Here Mongrove kept his collection of bacteria; his viruses, his cancers - all magnified by screens, some of which measured an eighth of a mile across. Mongrove seemed to have an affinity with plagues.
'Some of these illnesses are more than a million years old,' he said proudly. 'Brought by time-travelers, mostly. Others come from all over the universe. We have missed a lot, you know, my friends, by not having diseases of our own.'
He paused before one of the larger screens. Here were examples of how the bacteria infected the creatures from which they had originally been taken.
A bearlike alien writhed in agony as his flesh bubbled and burst.
A reptilian space traveler sat and watched with bleary eyes as his webbed hands and feet grew small tentacles which gradually wrapped themselves around the rest of his body and strangled him.
'I sometimes wonder if we, most imaginative of creature, lack a certain kind of imagination,' murmured Lord Jagged to Jherek as they paused to look at the poor reptile.
Elsewhere a floral intelligence was attacked by a fungus which gradually ate at its beautiful blossoms and turned its stems to dry twigs.
― moonship journey to baja, Friday, 12 August 2011 07:04 (fourteen years ago)
which one is 'red planet' again, all of the scribners sort of ran together in my head
― thomp, Friday, 12 August 2011 07:24 (fourteen years ago)
um. two boys live in a bubble dome on mars. one boy has a pet furball that has eyestalks. pet furball speaks english though everyone insists it is barely smarter than a dog. the boys get sent to a military academy.
the military academy is taken over by tyrannical headmaster from earth. he and his effete rich elite buddies threaten the boys and pooh pooh their rustic frontier existence. the boys escape on ice skates through the canals of mars and make contact with the martians. when they get home, their parents take up arms and make speeches against politicians.
it gets pretty "kooky libertarian" toward the end.
― moonship journey to baja, Friday, 12 August 2011 08:16 (fourteen years ago)
there's an omni novel out there for kids that mashes up the academy and lovable furball plot of "red planet" with the time dilation from "time enough for the stars"
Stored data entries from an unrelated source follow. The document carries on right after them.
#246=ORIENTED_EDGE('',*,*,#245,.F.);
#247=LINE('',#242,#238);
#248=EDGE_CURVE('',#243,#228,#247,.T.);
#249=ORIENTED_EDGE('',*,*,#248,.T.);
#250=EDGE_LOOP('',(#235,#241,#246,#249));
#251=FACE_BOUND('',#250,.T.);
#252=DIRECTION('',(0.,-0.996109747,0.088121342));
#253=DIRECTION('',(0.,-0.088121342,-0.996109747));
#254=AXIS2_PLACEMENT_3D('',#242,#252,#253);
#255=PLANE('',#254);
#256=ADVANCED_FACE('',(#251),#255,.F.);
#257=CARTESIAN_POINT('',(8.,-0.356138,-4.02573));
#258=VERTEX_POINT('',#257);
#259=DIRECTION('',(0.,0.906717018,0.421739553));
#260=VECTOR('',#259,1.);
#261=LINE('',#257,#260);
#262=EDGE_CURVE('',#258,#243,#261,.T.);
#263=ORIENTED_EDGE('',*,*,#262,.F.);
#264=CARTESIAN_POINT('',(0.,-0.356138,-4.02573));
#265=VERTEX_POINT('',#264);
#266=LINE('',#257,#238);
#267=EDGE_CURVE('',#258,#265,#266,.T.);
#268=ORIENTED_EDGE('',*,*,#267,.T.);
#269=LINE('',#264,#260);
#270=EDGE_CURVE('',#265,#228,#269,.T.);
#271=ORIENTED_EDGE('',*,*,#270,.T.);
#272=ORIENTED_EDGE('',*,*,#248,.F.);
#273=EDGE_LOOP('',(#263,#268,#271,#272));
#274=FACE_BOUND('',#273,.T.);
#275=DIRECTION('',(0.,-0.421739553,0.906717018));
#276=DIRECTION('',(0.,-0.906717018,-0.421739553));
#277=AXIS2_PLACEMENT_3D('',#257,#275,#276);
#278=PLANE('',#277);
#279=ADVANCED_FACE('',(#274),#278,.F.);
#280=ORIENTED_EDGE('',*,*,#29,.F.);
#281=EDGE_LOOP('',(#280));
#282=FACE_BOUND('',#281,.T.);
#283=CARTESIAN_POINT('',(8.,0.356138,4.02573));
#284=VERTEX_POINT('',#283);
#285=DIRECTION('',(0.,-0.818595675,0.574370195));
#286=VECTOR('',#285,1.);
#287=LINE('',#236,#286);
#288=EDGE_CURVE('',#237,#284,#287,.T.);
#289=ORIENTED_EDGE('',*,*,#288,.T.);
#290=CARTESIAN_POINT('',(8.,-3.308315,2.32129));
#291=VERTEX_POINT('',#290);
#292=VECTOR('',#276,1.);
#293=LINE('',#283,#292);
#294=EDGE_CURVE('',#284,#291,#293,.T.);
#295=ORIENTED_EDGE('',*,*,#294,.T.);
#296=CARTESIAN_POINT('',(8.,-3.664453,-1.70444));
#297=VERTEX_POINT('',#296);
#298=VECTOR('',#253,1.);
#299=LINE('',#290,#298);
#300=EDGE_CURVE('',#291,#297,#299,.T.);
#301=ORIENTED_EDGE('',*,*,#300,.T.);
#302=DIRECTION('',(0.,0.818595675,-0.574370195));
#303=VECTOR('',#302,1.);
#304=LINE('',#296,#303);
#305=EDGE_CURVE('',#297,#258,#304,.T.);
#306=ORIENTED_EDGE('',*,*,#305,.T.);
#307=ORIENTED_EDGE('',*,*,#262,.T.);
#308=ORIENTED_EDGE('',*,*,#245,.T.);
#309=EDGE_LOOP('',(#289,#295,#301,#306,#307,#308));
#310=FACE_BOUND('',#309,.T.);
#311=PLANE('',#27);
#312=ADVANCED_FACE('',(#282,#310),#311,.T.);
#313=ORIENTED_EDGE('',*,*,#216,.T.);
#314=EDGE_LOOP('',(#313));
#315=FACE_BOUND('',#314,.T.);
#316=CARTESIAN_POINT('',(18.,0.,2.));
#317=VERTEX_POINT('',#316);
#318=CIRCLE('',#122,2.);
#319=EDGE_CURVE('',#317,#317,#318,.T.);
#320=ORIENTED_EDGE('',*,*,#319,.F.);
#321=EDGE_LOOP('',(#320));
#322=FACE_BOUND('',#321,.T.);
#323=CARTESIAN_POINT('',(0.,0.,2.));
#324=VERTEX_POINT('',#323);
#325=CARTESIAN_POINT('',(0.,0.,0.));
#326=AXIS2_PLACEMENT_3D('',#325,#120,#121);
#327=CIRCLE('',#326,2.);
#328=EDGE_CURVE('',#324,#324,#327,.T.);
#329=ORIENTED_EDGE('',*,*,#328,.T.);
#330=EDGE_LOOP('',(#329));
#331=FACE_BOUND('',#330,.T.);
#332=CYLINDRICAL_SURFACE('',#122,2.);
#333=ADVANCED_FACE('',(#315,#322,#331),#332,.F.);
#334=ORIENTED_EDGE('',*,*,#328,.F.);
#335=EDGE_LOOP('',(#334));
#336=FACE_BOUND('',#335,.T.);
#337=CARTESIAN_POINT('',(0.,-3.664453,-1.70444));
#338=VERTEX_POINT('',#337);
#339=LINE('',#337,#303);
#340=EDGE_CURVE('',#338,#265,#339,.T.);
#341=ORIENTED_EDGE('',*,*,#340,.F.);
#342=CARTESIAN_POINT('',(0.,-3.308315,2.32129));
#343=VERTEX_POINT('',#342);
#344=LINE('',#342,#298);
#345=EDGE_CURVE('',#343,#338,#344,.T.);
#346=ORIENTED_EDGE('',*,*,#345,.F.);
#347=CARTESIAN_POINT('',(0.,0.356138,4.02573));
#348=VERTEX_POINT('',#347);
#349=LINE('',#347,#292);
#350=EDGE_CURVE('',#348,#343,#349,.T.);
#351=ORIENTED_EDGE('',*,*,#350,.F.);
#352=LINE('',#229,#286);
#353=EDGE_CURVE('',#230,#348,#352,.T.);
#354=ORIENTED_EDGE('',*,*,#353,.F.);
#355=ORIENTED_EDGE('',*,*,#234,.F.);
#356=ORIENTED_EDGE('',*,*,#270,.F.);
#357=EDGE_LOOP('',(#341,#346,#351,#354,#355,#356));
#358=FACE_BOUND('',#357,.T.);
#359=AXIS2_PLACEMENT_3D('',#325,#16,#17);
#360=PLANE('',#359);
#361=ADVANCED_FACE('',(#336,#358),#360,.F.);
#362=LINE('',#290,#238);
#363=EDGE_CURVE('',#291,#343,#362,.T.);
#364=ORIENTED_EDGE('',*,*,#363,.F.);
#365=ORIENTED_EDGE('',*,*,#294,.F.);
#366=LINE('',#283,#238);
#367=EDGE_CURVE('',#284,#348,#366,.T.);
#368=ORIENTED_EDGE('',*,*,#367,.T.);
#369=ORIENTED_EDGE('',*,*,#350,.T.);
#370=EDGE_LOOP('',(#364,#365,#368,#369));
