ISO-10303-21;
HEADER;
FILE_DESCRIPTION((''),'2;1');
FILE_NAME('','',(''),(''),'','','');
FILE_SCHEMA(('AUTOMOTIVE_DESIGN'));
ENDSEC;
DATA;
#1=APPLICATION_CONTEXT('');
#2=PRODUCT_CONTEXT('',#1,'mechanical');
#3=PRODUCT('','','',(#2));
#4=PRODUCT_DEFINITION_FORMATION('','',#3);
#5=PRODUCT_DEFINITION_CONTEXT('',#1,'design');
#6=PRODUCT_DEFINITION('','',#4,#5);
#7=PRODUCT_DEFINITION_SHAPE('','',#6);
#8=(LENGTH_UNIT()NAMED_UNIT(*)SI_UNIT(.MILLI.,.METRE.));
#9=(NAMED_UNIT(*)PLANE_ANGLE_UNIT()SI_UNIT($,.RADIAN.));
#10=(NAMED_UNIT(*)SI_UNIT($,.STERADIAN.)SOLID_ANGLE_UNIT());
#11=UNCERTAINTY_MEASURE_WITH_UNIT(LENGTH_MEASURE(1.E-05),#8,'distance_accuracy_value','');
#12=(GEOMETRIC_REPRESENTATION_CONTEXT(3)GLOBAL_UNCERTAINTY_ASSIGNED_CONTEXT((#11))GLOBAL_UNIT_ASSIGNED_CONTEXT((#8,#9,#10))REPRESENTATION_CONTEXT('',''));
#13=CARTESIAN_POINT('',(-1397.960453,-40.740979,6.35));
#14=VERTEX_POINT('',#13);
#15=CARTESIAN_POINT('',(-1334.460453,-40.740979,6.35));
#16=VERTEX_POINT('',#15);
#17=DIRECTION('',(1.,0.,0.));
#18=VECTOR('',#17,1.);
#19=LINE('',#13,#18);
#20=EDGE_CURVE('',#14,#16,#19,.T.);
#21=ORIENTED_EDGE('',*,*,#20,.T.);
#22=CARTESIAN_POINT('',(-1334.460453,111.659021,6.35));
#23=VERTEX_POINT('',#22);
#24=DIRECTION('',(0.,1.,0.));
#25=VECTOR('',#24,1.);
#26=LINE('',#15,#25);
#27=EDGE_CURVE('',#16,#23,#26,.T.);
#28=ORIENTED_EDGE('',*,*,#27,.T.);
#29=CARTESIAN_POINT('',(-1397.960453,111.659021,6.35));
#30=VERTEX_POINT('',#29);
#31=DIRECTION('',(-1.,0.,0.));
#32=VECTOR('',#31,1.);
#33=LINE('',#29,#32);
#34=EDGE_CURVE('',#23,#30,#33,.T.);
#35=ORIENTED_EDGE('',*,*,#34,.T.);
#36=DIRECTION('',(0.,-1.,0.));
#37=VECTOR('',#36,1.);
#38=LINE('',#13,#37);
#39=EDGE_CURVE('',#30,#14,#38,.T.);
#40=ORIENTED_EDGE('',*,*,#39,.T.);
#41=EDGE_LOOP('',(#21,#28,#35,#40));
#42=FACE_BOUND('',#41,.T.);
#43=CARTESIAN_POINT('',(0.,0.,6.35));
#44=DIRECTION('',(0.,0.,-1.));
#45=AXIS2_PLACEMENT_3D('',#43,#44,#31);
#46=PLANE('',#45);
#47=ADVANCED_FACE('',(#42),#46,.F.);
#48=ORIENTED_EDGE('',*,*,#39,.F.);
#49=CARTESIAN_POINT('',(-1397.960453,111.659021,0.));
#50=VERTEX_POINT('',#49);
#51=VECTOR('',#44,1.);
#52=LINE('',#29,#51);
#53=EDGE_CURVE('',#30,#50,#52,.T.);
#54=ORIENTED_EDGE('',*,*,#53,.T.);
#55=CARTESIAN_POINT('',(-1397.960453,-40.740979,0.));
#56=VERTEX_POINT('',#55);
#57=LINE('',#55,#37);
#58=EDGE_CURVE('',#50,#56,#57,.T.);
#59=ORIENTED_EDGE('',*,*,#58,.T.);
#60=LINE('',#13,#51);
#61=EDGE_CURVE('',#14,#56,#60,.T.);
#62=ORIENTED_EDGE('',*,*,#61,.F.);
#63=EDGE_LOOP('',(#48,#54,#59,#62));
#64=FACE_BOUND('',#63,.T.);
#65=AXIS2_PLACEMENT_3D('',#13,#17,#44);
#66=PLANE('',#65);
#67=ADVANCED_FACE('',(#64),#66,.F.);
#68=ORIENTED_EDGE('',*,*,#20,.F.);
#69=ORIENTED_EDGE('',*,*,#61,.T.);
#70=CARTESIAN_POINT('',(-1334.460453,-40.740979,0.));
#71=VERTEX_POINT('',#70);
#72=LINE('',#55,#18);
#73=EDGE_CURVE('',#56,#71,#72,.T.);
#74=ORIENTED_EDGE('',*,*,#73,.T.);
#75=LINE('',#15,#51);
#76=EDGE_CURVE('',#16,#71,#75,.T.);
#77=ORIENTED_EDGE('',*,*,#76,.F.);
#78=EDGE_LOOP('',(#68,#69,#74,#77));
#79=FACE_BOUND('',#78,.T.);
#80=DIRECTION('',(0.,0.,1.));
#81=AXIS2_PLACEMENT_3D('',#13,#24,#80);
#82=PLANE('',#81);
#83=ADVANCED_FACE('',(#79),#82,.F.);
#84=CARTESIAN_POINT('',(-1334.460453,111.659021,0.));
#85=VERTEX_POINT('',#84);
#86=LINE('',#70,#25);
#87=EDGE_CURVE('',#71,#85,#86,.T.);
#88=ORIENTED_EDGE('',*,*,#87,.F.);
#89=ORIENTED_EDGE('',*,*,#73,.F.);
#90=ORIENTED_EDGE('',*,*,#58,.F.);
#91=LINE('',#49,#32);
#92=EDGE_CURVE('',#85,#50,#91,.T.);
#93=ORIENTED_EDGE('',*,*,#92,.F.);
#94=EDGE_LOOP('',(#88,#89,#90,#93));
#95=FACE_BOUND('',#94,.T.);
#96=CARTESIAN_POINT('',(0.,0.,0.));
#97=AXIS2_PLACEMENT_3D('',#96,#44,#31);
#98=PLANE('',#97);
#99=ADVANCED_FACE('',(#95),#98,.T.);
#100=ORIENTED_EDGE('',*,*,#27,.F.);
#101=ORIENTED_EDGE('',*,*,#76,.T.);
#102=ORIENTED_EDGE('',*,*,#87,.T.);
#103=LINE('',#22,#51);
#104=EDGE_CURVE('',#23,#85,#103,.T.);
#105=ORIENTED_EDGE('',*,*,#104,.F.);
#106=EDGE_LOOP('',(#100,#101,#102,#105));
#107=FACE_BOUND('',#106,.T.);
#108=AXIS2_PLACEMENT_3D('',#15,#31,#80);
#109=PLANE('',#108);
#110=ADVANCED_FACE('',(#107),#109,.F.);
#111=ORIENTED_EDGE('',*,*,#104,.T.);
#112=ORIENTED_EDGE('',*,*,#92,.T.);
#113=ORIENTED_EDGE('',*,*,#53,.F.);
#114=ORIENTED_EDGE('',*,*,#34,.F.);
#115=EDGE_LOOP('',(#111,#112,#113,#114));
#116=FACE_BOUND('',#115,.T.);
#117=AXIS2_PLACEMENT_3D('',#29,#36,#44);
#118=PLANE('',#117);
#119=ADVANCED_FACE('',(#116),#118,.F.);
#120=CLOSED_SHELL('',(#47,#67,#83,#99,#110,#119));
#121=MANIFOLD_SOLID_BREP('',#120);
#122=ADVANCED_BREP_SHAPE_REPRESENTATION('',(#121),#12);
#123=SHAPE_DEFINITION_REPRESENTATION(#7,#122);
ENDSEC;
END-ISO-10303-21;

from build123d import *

# Parameters (mm, degrees)
SKETCH1_W           = 63.5
SKETCH1_H           = 152.4
BOSS_EXTRUDE1_DEPTH = 6.35


with BuildPart() as part:
    # Sketch1 → Boss-Extrude1 (new body)
    with BuildSketch(Plane.XY):
        with Locations((-1366.210453354, 35.459021407)):
            Rectangle(SKETCH1_W, SKETCH1_H)
    extrude(amount=BOSS_EXTRUDE1_DEPTH)


solid = part.part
― moonship journey to baja, Friday, 12 August 2011 08:21 (fourteen years ago)
fnarrrrr
honestly though i have no idea what yr on about here so i guess that didn't resonate with me. [checks wpedia] o i get it now. idk maybe it's just hard to emotionally connect with the book when you think the narrator is a douche and his voice is both portentous and naive, not to mention the wilful obscurity that everything is clouded in.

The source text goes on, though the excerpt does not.